To the best of our knowledge, there have been no studies investigating the association between AKR1B8 polymorphisms and disease susceptibility so far. However, given the potential involvement of AKR1B8 in various metabolic processes and its expression in different tissues, it is plausible that genetic variability in AKR1B8 could influence disease risk or susceptibility. Further research is required to explore this aspect.

What are the potential physiological functions of AKR1B8?

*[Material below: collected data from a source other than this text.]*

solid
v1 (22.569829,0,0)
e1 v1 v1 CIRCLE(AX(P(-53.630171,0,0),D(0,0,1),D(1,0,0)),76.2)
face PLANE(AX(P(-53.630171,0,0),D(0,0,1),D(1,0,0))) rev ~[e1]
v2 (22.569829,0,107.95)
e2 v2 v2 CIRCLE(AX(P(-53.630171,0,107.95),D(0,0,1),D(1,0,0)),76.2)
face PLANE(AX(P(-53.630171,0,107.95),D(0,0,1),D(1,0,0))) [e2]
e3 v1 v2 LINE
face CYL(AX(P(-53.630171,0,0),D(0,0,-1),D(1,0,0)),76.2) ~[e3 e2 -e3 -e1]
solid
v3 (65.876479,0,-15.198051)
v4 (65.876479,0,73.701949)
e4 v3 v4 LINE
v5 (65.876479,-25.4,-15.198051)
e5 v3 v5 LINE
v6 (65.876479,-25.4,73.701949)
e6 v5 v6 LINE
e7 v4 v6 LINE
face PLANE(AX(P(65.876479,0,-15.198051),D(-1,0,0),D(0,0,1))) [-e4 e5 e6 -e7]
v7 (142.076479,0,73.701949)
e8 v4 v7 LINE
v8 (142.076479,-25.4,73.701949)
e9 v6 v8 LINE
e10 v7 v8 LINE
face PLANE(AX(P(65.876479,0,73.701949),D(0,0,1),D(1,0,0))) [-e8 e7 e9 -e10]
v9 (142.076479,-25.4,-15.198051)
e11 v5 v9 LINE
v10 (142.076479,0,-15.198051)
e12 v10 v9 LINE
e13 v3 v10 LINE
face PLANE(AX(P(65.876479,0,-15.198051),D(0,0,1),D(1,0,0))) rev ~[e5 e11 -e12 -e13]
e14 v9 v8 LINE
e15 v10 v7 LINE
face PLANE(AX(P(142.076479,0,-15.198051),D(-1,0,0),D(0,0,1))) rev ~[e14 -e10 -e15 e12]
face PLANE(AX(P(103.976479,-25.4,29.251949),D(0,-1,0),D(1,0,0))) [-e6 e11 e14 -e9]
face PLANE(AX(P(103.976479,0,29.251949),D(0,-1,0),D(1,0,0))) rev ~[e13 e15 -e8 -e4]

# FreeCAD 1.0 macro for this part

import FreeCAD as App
import Part
import Sketcher
from FreeCAD import Vector
Q = App.Units.Quantity

doc = App.newDocument("Part")
body = doc.addObject("PartDesign::Body", "Body")

sketch1 = body.newObject("Sketcher::SketchObject", "Sketch")
sketch1.AttachmentSupport = (doc.getObject("XY_Plane"), [""])
sketch1.MapMode = "FlatFace"
sketch1.addGeometry(Part.Circle(Vector(-23, 9, 0), Vector(0, 0, 1), 39), False)
sketch1.addConstraint(Sketcher.Constraint("Diameter", 0, 77.041166))
sketch1.addConstraint(Sketcher.Constraint("DistanceX", 0, 3, -1, 1, 23.339018))
sketch1.addConstraint(Sketcher.Constraint("DistanceY", -1, 1, 0, 3, 8.759156))
pad1 = body.newObject("PartDesign::Pad", "Pad")
pad1.Profile = sketch1
pad1.Length = Q("4.25 in")
body2 = doc.addObject("PartDesign::Body", "Body001")

sketch2 = body2.newObject("Sketcher::SketchObject", "Sketch001")
sketch2.AttachmentSupport = (doc.getObject("XY_Plane001"), [""])
sketch2.MapMode = "FlatFace"
sketch2.addGeometry(Part.Circle(Vector(-54, 0, 0), Vector(0, 0, 1), 76), False)
sketch2.addConstraint(Sketcher.Constraint("PointOnObject", 0, 3, -1))
sketch2.addConstraint(Sketcher.Constraint("Diameter", 0, Q("6 in")))
sketch2.addConstraint(Sketcher.Constraint("DistanceX", 0, 3, -1, 1, 53.630171))
pad2 = body2.newObject("PartDesign::Pad", "Pad001")
pad2.Profile = sketch2
pad2.Length = Q("4.25 in")
body3 = doc.addObject("PartDesign::Body", "Body002")

sketch3 = body3.newObject("Sketcher::SketchObject", "Sketch002")
sketch3.AttachmentSupport = (doc.getObject("XZ_Plane002"), [""])
sketch3.MapMode = "FlatFace"
sketch3.addGeometry(Part.LineSegment(Vector(66, 74, 0), Vector(66, -15, 0)), False)
sketch3.addGeometry(Part.LineSegment(Vector(66, -15, 0), Vector(142, -15, 0)), False)
sketch3.addGeometry(Part.LineSegment(Vector(142, -15, 0), Vector(142, 74, 0)), False)
sketch3.addGeometry(Part.LineSegment(Vector(142, 74, 0), Vector(66, 74, 0)), False)
sketch3.addConstraint(Sketcher.Constraint("Coincident", 0, 2, 1, 1))
sketch3.addConstraint(Sketcher.Constraint("Coincident", 1, 2, 2, 1))
sketch3.addConstraint(Sketcher.Constraint("Coincident", 2, 2, 3, 1))
sketch3.addConstraint(Sketcher.Constraint("Coincident", 3, 2, 0, 1))
sketch3.addConstraint(Sketcher.Constraint("Vertical", 0))
sketch3.addConstraint(Sketcher.Constraint("Horizontal", 1))
sketch3.addConstraint(Sketcher.Constraint("Vertical", 2))
sketch3.addConstraint(Sketcher.Constraint("Horizontal", 3))
sketch3.addConstraint(Sketcher.Constraint("DistanceX", 1, 1, 1, 2, Q("3 in")))
sketch3.addConstraint(Sketcher.Constraint("DistanceY", 0, 2, 0, 1, Q("3.5 in")))
sketch3.addConstraint(Sketcher.Constraint("DistanceX", -1, 1, 0, 2, 65.876479))
sketch3.addConstraint(Sketcher.Constraint("DistanceY", 0, 2, -1, 1, 15.198051))
pad3 = body3.newObject("PartDesign::Pad", "Pad002")
pad3.Profile = sketch3
pad3.Length = Q("1 in")
body.Visibility = False

doc.recompute()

The exact physiological functions of AKR1B8 are not fully understood. However, as a member of the aldo-keto reductase superfamily, it likely contributes to cellular detoxification processes by metabolizing aldehydes and ketones. Additionally, its suggested involvement in lipid metabolism points towards a potential role in maintaining lipid homeostasis and protecting against lipid-associated damage. Further research is necessary to elucidate the specific physiological functions and regulatory mechanisms of AKR1B8.

Does AKR1B8 have any potential as a therapeutic target?

AKR1B8 has been proposed as a potential therapeutic target for certain diseases, such as liver cancer and diabetic nephropathy. Inhibitors that specifically target AKR1B8 could potentially be developed to help combat these conditions. However, more research is needed to validate AKR1B8 as a therapeutic target and develop effective drug candidates.

Are there any inhibitors or activators of AKR1B8 identified?

To date, no specific inhibitors or activators of AKR1B8 have been reported in the literature. However, given its similarities to other members of the aldo-keto reductase superfamily, it is possible that some known inhibitors or activators of related enzymes could also exert effects on AKR1B8. Further research is needed to identify compounds that can selectively modulate AKR1B8 activity.

Are there any known interactions or binding partners of AKR1B8 protein?

Limited information is available regarding the specific interactions or binding partners of AKR1B8. However, being a member of the aldo-keto reductase superfamily, it is likely to interact with various substrates, coenzymes, and other proteins within the cellular environment. Further studies are needed to elucidate the protein-protein interactions of AKR1B8.